1.7 — Inverse Matrices and When They Exist
Date: 2026-03-01 | Block: 1 — Linear Algebra
The idea in plain English
The inverse of a matrix is the "undo" transformation. If A rotates space 90° clockwise, then A⁻¹ rotates it 90° counterclockwise. Applying A then A⁻¹ gets you back exactly where you started — a net effect of doing nothing.
The intuition
Every invertible transformation can be reversed. You rotate → you can un-rotate. You stretch → you can un-stretch. But what if you squash the entire plane down to a single line? You've thrown away information — you can't reconstruct a plane from a line. No inverse exists.
This is the key: an inverse exists if and only if no information was destroyed.
Invertible: Not invertible:
plane → plane plane → line
(reversible) (information lost — can't go back)
The math
Definition: A⁻¹ is the unique matrix satisfying:
A · A⁻¹ = I and A⁻¹ · A = I
Formula for 2×2:
A = [ a b ] A⁻¹ = 1/det(A) · [ d -b ]
[ c d ] [ -c a ]
Steps: (1) swap diagonal elements, (2) negate off-diagonal, (3) divide by det(A).
If det(A) = 0, this formula blows up (division by zero) → no inverse exists.
When the inverse exists — all five say the same thing:
A is invertible
⟺ det(A) ≠ 0
⟺ rank(A) = n
⟺ null space = {0}
⟺ columns are linearly independent
⟺ no dimension is destroyed
A worked example
A = [ 3 1 ] det = 3·1 − 1·2 = 1
[ 2 1 ]
A⁻¹ = (1/1) · [ 1 -1 ] = [ 1 -1 ]
[ -2 3 ] [ -2 3 ]
Verify A·A⁻¹:
[ 3 1 ] · [ 1 -1 ] = [ 3-2 -3+3 ] = [ 1 0 ] ✓
[ 2 1 ] [ -2 3 ] [ 2-2 -2+3 ] [ 0 1 ]
Why this matters for ML
Linear regression normal equations: the formula w = (XᵀX)⁻¹Xᵀy requires (XᵀX) to be invertible. When features are correlated (linearly dependent), XᵀX becomes singular and has no inverse — the equation breaks down.
Never explicitly compute the inverse in code. inv(A) @ b is slower and numerically less stable than np.linalg.solve(A, b). Always use a solver — it gets you A⁻¹b without ever forming A⁻¹.

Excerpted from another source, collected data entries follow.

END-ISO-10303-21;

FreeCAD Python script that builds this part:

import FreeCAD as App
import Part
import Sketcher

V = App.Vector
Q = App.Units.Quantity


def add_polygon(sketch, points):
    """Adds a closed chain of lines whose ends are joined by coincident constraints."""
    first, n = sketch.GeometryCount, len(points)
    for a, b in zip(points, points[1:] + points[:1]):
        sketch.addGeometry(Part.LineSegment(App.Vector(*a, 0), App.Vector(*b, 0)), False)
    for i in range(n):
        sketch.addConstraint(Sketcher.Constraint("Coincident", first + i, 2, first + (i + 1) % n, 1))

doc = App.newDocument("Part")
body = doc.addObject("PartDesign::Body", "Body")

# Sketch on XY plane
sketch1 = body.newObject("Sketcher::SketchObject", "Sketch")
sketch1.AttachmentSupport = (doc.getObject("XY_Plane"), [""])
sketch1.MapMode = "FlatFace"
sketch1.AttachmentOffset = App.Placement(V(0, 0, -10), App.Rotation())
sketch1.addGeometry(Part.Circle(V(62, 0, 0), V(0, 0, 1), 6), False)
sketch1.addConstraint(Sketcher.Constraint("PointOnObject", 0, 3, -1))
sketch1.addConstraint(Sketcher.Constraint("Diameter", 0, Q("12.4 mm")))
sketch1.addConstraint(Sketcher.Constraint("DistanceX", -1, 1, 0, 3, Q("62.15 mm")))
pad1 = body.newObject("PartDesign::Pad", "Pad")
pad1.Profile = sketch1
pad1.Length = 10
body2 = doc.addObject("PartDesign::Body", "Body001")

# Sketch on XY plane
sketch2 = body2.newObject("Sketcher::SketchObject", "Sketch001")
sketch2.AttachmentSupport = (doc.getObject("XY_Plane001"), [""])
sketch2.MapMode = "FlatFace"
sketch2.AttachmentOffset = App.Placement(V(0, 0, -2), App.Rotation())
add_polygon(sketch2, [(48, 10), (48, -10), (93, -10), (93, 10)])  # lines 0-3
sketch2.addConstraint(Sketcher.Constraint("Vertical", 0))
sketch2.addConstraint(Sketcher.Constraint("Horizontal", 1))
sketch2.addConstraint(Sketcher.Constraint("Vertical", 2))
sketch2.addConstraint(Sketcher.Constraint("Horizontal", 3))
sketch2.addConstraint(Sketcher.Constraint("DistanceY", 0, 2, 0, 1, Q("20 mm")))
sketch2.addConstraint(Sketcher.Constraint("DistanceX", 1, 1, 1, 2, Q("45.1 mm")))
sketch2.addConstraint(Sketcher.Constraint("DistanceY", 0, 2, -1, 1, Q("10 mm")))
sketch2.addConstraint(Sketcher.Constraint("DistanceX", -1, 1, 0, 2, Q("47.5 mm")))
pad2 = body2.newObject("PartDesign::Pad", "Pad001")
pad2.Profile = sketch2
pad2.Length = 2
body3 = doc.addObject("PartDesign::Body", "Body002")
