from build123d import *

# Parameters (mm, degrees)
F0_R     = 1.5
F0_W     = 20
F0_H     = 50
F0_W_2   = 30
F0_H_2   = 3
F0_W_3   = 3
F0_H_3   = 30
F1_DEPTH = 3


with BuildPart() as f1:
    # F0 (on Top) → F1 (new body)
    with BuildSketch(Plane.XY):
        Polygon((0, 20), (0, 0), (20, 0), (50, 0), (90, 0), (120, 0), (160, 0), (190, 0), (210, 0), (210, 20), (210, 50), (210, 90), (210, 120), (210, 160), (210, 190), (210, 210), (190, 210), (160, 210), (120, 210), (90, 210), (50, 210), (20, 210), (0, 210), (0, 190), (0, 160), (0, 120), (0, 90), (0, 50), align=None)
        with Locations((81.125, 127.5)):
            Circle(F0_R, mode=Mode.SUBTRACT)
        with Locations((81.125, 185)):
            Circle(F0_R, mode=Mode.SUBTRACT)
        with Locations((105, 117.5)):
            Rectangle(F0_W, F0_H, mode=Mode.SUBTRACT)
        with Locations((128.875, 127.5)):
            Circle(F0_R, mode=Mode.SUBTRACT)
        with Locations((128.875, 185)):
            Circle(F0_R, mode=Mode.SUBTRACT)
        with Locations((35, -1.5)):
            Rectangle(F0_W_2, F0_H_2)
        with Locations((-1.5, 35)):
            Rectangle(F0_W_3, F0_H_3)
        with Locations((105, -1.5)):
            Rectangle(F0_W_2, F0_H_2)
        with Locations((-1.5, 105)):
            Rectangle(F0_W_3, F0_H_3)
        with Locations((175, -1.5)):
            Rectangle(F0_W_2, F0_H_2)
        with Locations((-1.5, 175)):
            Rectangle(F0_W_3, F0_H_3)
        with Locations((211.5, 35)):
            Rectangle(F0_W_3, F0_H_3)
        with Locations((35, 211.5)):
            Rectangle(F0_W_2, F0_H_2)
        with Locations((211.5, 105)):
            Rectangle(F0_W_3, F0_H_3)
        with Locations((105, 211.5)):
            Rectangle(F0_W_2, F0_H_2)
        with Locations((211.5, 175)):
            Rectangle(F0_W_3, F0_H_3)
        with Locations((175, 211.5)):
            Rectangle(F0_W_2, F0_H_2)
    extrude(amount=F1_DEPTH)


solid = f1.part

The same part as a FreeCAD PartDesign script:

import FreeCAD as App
import Part
import Sketcher

V = App.Vector
Q = App.Units.Quantity

doc = App.newDocument("Part")
params = doc.addObject("Spreadsheet::Sheet", "Params")
for row, (alias, value) in enumerate([
    ("sketch1_diameter", "3 mm"),
    ("sketch1_width", "20 mm"),
    ("sketch1_width2", "30 mm"),
    ("sketch1_width3", "40 mm"),
    ("sketch1_width4", "3 mm"),
    ("pad1_length", "3 mm"),
], start=1):
    params.set(f"A{row}", alias)
    params.set(f"B{row}", "=" + value)
    params.setAlias(f"B{row}", alias)

body = doc.addObject("PartDesign::Body", "Body")

# Sketch on XY plane
sketch1 = body.newObject("Sketcher::SketchObject", "Sketch")
sketch1.AttachmentSupport = (doc.getObject("XY_Plane"), [""])
sketch1.MapMode = "FlatFace"
sketch1.addGeometry([
    Part.LineSegment(V(0, 0, 0), V(20, 0, 0)),  # 0
    Part.LineSegment(V(20, 0, 0), V(20, -3, 0)),  # 1
    Part.LineSegment(V(20, -3, 0), V(50, -3, 0)),  # 2
    Part.LineSegment(V(50, -3, 0), V(50, 0, 0)),  # 3
    Part.LineSegment(V(50, 0, 0), V(90, 0, 0)),  # 4
    Part.LineSegment(V(90, 0, 0), V(90, -3, 0)),  # 5
    Part.LineSegment(V(90, -3, 0), V(120, -3, 0)),  # 6
    Part.LineSegment(V(120, -3, 0), V(120, 0, 0)),  # 7
    Part.LineSegment(V(120, 0, 0), V(160, 0, 0)),  # 8
    Part.LineSegment(V(160, 0, 0), V(160, -3, 0)),  # 9
    Part.LineSegment(V(160, -3, 0), V(190, -3, 0)),  # 10
    Part.LineSegment(V(190, -3, 0), V(190, 0, 0)),  # 11
    Part.LineSegment(V(190, 0, 0), V(210, 0, 0)),  # 12
    Part.LineSegment(V(210, 0, 0), V(210, 20, 0)),  # 13
    Part.LineSegment(V(210, 20, 0), V(213, 20, 0)),  # 14
    Part.LineSegment(V(213, 20, 0), V(213, 50, 0)),  # 15
    Part.LineSegment(V(213, 50, 0), V(210, 50, 0)),  # 16
    Part.LineSegment(V(210, 50, 0), V(210, 90, 0)),  # 17
    Part.LineSegment(V(210, 90, 0), V(213, 90, 0)),  # 18
    Part.LineSegment(V(213, 90, 0), V(213, 120, 0)),  # 19
    Part.LineSegment(V(213, 120, 0), V(210, 120, 0)),  # 20
    Part.LineSegment(V(210, 120, 0), V(210, 160, 0)),  # 21
    Part.LineSegment(V(210, 160, 0), V(213, 160, 0)),  # 22
    Part.LineSegment(V(213, 160, 0), V(213, 190, 0)),  # 23
    Part.LineSegment(V(213, 190, 0), V(210, 190, 0)),  # 24
    Part.LineSegment(V(210, 190, 0), V(210, 210, 0)),  # 25
    Part.LineSegment(V(210, 210, 0), V(190, 210, 0)),  # 26
    Part.LineSegment(V(190, 210, 0), V(190, 213, 0)),  # 27
    Part.LineSegment(V(190, 213, 0), V(160, 213, 0)),  # 28
    Part.LineSegment(V(160, 213, 0), V(160, 210, 0)),  # 29
    Part.LineSegment(V(160, 210, 0), V(120, 210, 0)),  # 30
    Part.LineSegment(V(120, 210, 0), V(120, 213, 0)),  # 31
    Part.LineSegment(V(120, 213, 0), V(90, 213, 0)),  # 32
    Part.LineSegment(V(90, 213, 0), V(90, 210, 0)),  # 33
    Part.LineSegment(V(90, 210, 0), V(50, 210, 0)),  # 34
    Part.LineSegment(V(50, 210, 0), V(50, 213, 0)),  # 35
    Part.LineSegment(V(50, 213, 0), V(20, 213, 0)),  # 36
    Part.LineSegment(V(20, 213, 0), V(20, 210, 0)),  # 37
    Part.LineSegment(V(20, 210, 0), V(0, 210, 0)),  # 38
    Part.LineSegment(V(0, 210, 0), V(0, 190, 0)),  # 39
    Part.LineSegment(V(0, 190, 0), V(-3, 190, 0)),  # 40
    Part.LineSegment(V(-3, 190, 0), V(-3, 160, 0)),  # 41
    Part.LineSegment(V(-3, 160, 0), V(0, 160, 0)),  # 42
    Part.LineSegment(V(0, 160, 0), V(0, 120, 0)),  # 43
    Part.LineSegment(V(0, 120, 0), V(-3, 120, 0)),  # 44
    Part.LineSegment(V(-3, 120, 0), V(-3, 90, 0)),  # 45
    Part.LineSegment(V(-3, 90, 0), V(0, 90, 0)),  # 46
    Part.LineSegment(V(0, 90, 0), V(0, 50, 0)),  # 47
    Part.LineSegment(V(0, 50, 0), V(-3, 50, 0)),  # 48
    Part.LineSegment(V(-3, 50, 0), V(-3, 20, 0)),  # 49
    Part.LineSegment(V(-3, 20, 0), V(0, 20, 0)),  # 50
    Part.LineSegment(V(0, 20, 0), V(0, 0, 0)),  # 51
    Part.Circle(V(81.125, 127.5, 0), V(0, 0, 1), 1.5),  # 52
    Part.LineSegment(V(115, 92.5, 0), V(95, 92.5, 0)),  # 53
    Part.LineSegment(V(95, 92.5, 0), V(95, 142.5, 0)),  # 54
    Part.LineSegment(V(95, 142.5, 0), V(115, 142.5, 0)),  # 55
    Part.LineSegment(V(115, 142.5, 0), V(115, 92.5, 0)),  # 56
    Part.Circle(V(128.875, 127.5, 0), V(0, 0, 1), 1.5),  # 57
    Part.Circle(V(81.125, 185, 0), V(0, 0, 1), 1.5),  # 58
    Part.Circle(V(128.875, 185, 0), V(0, 0, 1), 1.5),  # 59
], False)
sketch1.addConstraint([
    Sketcher.Constraint("Coincident", 0, 2, 1, 1),
    Sketcher.Constraint("Coincident", 1, 2, 2, 1),
    Sketcher.Constraint("Coincident", 2, 2, 3, 1),
    Sketcher.Constraint("Coincident", 3, 2, 4, 1),
    Sketcher.Constraint("Coincident", 4, 2, 5, 1),
    Sketcher.Constraint("Coincident", 5, 2, 6, 1),
    Sketcher.Constraint("Coincident", 6, 2, 7, 1),
    Sketcher.Constraint("Coincident", 7, 2, 8, 1),
    Sketcher.Constraint("Coincident", 8, 2, 9, 1),
    Sketcher.Constraint("Coincident", 9, 2, 10, 1),
    Sketcher.Constraint("Coincident", 10, 2, 11, 1),
    Sketcher.Constraint("Coincident", 11, 2, 12, 1),
    Sketcher.Constraint("Coincident", 12, 2, 13, 1),
    Sketcher.Constraint("Coincident", 13, 2, 14, 1),
    Sketcher.Constraint("Coincident", 14, 2, 15, 1),
    Sketcher.Constraint("Coincident", 15, 2, 16, 1),
    Sketcher.Constraint("Coincident", 16, 2, 17, 1),
    Sketcher.Constraint("Coincident", 17, 2, 18, 1),
    Sketcher.Constraint("Coincident", 18, 2, 19, 1),
    Sketcher.Constraint("Coincident", 19, 2, 20, 1),
    Sketcher.Constraint("Coincident", 20, 2, 21, 1),
    Sketcher.Constraint("Coincident", 21, 2, 22, 1),
    Sketcher.Constraint("Coincident", 22, 2, 23, 1),
    Sketcher.Constraint("Coincident", 23, 2, 24, 1),
    Sketcher.Constraint("Coincident", 24, 2, 25, 1),
    Sketcher.Constraint("Coincident", 25, 2, 26, 1),
    Sketcher.Constraint("Coincident", 26, 2, 27, 1),
    Sketcher.Constraint("Coincident", 27, 2, 28, 1),
    Sketcher.Constraint("Coincident", 28, 2, 29, 1),
    Sketcher.Constraint("Coincident", 29, 2, 30, 1),
    Sketcher.Constraint("Coincident", 30, 2, 31, 1),
    Sketcher.Constraint("Coincident", 31, 2, 32, 1),
    Sketcher.Constraint("Coincident", 32, 2, 33, 1),
    Sketcher.Constraint("Coincident", 33, 2, 34, 1),
    Sketcher.Constraint("Coincident", 34, 2, 35, 1),
    Sketcher.Constraint("Coincident", 35, 2, 36, 1),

Ridge regression adds λI to fix invertibility: w = (XᵀX + λI)⁻¹Xᵀy. Adding λI to the diagonal guarantees det ≠ 0 for any λ > 0. This is both a numerical fix and (it turns out) a Bayesian prior on the weights.
Pseudoinverse handles non-square matrices: A⁺ = VΣ⁺Uᵀ (via SVD). This finds the best approximate solution when an exact inverse doesn't exist — which is exactly what least-squares regression computes.
The one thing to remember
The inverse "undoes" a transformation. It exists if and only if nothing was squashed — when det ≠ 0 and rank = n.